The substrate was immersed in a water bath (T ≈ 22 °C), filled with demineralized water, under a 45° angle with respect to the vertical, and could be moved with a 3D micropositioning stage. A focused, single-element ultrasound transducer (C302, Panametrics, Waltham, MA, USA) with a center frequency of 1 MHz was fixed on one side of the water tank and used for insonation. A detailed schematic of the setup is given in Supplementary Note 7. For each recording, a single microbubble was exposed to a single ultrasound burst. The acoustic pressures were measured with a calibrated needle hydrophone (0.2 mm, Precision Acoustics, Dorchester, UK). Optical recordings were performed using a microscope equipped with a 20x water-immersion objective (LUMPFL, Olympus, Zoeterwoude, The Netherlands) that was fixed at a 45° angle relative to the vertical (with the optical axis parallel to the substrate). A continuous-wave diode laser (5 W, λ = 532 nm; Cohlibri, Lightline, Osnabrück, Germany) was focused onto the sample through the same objective, using a dichroic mirror. The laser light was gated using an acousto-optic modulator (AOTF.nC-VIS, AA Optoelectronic, Orsay, France) to generate a 500 μs laser pulse. Simultaneously, a KL 2500 LED light source (Schott, Mainz, Germany) was used to superimpose bright-field and fluorescence. High-speed recordings were acquired with a high-speed camera (SA-X, Photron, West Wycombe, UK), operating at 5000 to 50,000 fps. Ultra-high-speed imaging was performed with the Brandaris 128 camera51 at frame rates ranging from 5 to 10 million fps. Using a beam splitter, 80% of the light was directed into the Brandaris camera, while the remaining 20% was directed towards the Photron camera. A test was performed for 12 targeted microbubbles recorded in a top-view configuration. Identical shedding was observed as compared to our previous study27, demonstrating that the targeting did not significantly alter the process.

Analysis

The recordings were contrast-enhanced, and analyzed using a thresholding method in MATLAB to extract the bubble contours R(ϑ, t).

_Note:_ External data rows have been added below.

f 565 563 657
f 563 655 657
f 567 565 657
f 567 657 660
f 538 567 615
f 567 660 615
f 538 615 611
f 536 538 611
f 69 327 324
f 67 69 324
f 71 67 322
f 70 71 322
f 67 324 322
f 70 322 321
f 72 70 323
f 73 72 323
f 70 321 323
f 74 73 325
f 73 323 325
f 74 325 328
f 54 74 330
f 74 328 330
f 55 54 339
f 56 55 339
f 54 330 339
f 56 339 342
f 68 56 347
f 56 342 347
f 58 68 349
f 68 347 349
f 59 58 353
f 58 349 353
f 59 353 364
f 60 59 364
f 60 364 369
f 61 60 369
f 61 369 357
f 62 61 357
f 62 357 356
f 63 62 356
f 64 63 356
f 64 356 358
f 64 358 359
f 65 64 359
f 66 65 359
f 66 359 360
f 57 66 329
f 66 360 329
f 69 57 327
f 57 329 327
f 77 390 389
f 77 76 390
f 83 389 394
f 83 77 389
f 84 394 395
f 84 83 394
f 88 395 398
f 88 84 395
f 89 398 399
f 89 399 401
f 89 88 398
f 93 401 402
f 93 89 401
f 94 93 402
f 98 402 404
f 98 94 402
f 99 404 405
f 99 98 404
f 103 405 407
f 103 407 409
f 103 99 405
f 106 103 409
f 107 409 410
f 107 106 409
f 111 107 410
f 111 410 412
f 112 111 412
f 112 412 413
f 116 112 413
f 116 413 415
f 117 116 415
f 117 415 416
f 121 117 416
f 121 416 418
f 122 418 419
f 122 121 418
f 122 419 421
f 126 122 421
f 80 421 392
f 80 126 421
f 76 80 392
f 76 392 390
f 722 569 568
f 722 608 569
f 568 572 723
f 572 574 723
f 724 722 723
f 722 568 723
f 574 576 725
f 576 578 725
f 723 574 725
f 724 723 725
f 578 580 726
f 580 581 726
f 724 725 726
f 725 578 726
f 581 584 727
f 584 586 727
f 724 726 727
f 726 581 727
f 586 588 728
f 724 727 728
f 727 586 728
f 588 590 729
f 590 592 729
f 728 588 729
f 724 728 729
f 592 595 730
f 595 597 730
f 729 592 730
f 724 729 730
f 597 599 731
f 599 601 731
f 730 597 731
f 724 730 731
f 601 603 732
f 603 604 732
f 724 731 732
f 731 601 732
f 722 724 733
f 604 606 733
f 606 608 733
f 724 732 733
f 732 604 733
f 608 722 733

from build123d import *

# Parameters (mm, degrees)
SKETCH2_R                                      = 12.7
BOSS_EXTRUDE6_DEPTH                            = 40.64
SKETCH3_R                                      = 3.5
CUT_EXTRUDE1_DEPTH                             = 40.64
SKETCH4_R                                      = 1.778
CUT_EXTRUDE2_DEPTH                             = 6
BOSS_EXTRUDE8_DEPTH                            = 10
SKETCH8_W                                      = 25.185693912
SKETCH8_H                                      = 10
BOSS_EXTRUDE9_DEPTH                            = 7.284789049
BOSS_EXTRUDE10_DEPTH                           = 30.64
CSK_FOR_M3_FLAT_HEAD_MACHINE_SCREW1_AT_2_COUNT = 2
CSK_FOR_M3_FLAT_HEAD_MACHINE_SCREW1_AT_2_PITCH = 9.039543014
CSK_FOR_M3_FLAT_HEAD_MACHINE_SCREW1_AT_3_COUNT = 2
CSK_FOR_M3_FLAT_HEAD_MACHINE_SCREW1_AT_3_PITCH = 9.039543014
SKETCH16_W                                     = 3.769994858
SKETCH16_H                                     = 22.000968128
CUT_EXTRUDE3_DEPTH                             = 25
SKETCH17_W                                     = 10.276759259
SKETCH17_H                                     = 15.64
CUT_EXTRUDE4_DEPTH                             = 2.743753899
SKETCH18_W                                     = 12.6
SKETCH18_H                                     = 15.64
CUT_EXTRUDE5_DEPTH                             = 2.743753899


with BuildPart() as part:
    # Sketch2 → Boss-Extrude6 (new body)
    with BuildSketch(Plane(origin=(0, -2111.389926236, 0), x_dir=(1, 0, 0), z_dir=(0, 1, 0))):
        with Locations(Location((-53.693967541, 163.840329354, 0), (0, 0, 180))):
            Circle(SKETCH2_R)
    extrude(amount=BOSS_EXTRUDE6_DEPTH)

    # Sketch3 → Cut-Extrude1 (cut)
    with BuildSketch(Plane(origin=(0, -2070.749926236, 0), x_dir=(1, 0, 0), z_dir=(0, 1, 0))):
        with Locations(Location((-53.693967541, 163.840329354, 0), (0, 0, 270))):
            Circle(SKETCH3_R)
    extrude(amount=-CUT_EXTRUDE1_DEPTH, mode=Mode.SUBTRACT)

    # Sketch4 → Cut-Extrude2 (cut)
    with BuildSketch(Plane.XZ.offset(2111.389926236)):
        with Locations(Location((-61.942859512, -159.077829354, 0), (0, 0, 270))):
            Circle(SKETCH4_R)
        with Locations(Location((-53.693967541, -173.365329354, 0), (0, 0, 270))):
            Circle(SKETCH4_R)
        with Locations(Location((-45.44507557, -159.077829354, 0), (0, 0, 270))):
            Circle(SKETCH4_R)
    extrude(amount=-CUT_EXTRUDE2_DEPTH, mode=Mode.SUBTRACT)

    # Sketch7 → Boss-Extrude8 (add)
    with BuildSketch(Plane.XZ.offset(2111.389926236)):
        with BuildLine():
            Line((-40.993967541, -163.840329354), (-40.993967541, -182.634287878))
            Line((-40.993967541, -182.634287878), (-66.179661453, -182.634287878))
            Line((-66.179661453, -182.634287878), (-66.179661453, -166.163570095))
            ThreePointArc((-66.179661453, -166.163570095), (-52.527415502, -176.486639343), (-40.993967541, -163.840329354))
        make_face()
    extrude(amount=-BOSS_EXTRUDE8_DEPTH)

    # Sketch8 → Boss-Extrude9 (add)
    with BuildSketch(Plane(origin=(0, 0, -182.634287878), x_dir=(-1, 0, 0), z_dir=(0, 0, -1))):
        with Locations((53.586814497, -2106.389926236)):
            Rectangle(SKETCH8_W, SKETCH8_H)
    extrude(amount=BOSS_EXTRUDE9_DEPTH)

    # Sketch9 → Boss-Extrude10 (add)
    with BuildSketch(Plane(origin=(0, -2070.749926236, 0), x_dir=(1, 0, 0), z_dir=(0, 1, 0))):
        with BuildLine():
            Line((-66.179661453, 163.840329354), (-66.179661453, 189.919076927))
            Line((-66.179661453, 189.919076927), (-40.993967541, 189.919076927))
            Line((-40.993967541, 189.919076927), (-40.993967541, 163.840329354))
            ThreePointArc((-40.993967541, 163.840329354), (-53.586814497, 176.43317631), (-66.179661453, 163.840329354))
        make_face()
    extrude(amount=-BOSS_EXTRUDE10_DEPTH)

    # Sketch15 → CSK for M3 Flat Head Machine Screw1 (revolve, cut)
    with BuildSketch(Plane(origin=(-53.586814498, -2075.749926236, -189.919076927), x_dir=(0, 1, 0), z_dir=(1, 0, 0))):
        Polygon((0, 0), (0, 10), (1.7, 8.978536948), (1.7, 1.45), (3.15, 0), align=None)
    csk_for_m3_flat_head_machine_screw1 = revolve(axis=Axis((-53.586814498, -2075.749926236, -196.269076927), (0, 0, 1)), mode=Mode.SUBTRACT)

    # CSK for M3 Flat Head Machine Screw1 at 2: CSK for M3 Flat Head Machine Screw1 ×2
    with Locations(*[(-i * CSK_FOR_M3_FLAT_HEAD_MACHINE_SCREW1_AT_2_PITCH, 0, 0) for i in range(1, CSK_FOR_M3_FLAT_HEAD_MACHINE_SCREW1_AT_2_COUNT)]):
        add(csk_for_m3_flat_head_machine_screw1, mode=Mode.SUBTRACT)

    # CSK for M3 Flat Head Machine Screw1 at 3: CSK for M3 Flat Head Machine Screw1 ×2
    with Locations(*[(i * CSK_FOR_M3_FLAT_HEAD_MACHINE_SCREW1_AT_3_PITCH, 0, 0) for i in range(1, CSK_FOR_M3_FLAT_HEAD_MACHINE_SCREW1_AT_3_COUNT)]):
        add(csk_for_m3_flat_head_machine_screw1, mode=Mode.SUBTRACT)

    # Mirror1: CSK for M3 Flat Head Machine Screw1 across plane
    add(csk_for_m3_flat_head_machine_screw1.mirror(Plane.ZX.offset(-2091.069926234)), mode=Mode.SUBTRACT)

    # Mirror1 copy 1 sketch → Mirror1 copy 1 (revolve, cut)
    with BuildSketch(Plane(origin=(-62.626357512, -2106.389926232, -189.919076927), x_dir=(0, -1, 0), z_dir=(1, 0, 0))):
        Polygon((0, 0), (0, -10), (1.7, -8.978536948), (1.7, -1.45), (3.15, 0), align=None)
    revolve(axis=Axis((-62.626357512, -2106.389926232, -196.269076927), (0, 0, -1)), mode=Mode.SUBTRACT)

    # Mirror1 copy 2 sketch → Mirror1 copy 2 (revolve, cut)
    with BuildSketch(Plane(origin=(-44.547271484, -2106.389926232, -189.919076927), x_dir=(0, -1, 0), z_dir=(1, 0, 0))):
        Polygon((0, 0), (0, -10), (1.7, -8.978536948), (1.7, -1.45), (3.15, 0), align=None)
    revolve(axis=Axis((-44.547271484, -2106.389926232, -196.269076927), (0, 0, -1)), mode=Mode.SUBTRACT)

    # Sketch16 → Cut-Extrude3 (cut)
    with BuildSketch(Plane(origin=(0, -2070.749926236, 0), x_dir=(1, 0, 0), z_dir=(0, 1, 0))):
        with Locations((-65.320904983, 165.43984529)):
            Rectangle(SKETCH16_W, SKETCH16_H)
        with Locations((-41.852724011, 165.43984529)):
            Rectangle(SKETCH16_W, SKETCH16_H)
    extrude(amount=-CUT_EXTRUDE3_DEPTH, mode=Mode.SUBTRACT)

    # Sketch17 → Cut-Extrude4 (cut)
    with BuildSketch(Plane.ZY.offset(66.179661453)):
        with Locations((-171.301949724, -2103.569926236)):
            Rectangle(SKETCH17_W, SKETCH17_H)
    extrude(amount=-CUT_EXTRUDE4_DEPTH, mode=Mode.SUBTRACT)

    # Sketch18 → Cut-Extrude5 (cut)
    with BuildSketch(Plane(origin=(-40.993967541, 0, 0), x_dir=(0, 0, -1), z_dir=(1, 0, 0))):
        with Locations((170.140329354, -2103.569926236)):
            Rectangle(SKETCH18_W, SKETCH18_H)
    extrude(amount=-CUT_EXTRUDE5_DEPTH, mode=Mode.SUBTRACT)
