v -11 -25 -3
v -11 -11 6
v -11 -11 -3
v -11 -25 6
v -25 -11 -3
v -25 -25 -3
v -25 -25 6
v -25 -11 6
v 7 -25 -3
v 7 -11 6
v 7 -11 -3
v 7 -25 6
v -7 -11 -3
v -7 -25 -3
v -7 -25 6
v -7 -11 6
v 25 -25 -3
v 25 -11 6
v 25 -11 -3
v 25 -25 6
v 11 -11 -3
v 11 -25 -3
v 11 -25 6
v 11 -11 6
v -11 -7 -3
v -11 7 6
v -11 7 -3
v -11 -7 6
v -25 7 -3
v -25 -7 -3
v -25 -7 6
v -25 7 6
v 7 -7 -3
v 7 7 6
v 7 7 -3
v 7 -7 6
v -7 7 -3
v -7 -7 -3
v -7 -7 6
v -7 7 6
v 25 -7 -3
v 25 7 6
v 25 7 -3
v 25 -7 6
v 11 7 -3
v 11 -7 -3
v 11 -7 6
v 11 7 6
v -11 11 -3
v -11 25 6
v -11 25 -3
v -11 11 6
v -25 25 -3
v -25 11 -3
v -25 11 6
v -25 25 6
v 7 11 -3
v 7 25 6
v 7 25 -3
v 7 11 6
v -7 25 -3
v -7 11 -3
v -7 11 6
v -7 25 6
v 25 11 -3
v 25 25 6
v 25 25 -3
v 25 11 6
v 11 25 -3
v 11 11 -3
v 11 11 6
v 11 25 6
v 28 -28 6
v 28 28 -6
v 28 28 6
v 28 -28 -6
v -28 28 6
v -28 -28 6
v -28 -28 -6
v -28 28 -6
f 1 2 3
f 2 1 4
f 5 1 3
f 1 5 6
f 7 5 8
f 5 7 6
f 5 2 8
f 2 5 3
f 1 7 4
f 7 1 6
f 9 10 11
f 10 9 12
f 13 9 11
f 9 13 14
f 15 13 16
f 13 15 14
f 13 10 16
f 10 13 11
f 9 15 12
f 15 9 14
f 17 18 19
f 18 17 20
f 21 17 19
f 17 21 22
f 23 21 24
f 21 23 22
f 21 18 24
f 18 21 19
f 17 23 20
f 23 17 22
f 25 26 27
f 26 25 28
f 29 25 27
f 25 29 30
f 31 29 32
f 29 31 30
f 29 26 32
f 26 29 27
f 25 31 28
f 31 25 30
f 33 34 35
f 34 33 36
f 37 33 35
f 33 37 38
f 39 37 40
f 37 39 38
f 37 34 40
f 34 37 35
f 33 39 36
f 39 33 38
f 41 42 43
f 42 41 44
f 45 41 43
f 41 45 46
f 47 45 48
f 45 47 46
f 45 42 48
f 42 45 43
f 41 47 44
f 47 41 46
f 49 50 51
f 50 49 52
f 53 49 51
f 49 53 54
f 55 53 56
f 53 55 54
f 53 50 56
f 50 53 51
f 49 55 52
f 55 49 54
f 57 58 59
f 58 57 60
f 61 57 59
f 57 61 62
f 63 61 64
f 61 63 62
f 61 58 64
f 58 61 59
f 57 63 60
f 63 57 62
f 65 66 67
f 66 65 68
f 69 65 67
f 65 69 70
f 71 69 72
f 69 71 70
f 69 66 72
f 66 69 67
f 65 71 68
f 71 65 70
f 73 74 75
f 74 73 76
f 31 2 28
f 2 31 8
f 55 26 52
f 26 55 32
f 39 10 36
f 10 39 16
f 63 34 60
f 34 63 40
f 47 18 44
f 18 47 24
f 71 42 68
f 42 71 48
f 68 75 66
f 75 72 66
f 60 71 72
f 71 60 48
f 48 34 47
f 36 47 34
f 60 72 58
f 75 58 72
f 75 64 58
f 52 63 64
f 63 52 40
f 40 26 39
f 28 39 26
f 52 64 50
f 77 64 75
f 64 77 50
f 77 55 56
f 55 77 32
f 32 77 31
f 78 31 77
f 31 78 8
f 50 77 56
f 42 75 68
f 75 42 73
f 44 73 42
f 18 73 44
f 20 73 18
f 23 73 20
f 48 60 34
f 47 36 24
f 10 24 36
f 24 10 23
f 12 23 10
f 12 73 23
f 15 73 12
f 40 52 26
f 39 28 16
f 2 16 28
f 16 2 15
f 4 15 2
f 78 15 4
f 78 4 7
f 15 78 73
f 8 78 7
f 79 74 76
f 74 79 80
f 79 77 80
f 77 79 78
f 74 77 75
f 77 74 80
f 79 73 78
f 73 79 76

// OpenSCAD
$fn = 32;

// ----------------------------------------------------------------------
// Pocket plate 56 x 56 x 12
// 3 x 3 pockets 14 mm square, 9 mm deep
// ----------------------------------------------------------------------

// --- parameters (mm) ---
thickness = 12;  // plate thickness
floor_t = 3;     // material left under each pocket
pocket = 14;     // pocket side length
pitch_x = 18;    // pocket pitch along X
pitch_y = 18;    // pocket pitch along Y
cols = 3;        // pockets per row
rows = 3;        // rows of pockets

// --- derived feature positions (mm) ---
depth = thickness - floor_t;        // = 9   pocket depth, down to the floor
span_x = (cols - 1) * pitch_x;      // = 36   distance between outer pockets
span_y = (rows - 1) * pitch_y;      // = 36   distance between outer pocket rows
origin_x = -span_x / 2;             // = -18   X of the first pocket
origin_y = -span_y / 2;             // = -18   Y of the first pocket
plate = [span_x + pocket + 6, span_y + pocket + 6, thickness];  // = [56, 56, 12]   overall size: pockets plus 3 mm of wall on each side
feature_centers = [
  [origin_x + 0 * pitch_x, origin_y + 0 * pitch_y],
  [origin_x + 1 * pitch_x, origin_y + 0 * pitch_y],
  [origin_x + 2 * pitch_x, origin_y + 0 * pitch_y],
  [origin_x + 0 * pitch_x, origin_y + 1 * pitch_y],
  [origin_x + 1 * pitch_x, origin_y + 1 * pitch_y],
  [origin_x + 2 * pitch_x, origin_y + 1 * pitch_y],
  [origin_x + 0 * pitch_x, origin_y + 2 * pitch_y],
  [origin_x + 1 * pitch_x, origin_y + 2 * pitch_y],
  [origin_x + 2 * pitch_x, origin_y + 2 * pitch_y]
];   // pocket centres, used verbatim by the cutter loop

// plate outline, then one pocket per centre in feature_centers
difference() {
  cube(plate, center = true);
  for (centre = feature_centers)
    translate([centre[0] - pocket / 2, centre[1] - pocket / 2, plate[2] / 2 - depth])
      cube([pocket, pocket, depth + 1]);  // centred on the declared pocket centre
}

The bubble volume was obtained by assuming axial symmetry. Due to the more complex aspect of the released fluorescent material, the transport distance was extracted by manually selecting the center of the fluorescence patch in each frame of the recordings.

Data availability

The authors declare that all the data acquired during this study, as well as the Matlab codes used for simulating microbubbles responses and analyses will remain stored within the servers of the University of Twente and will be made available on request by the authors.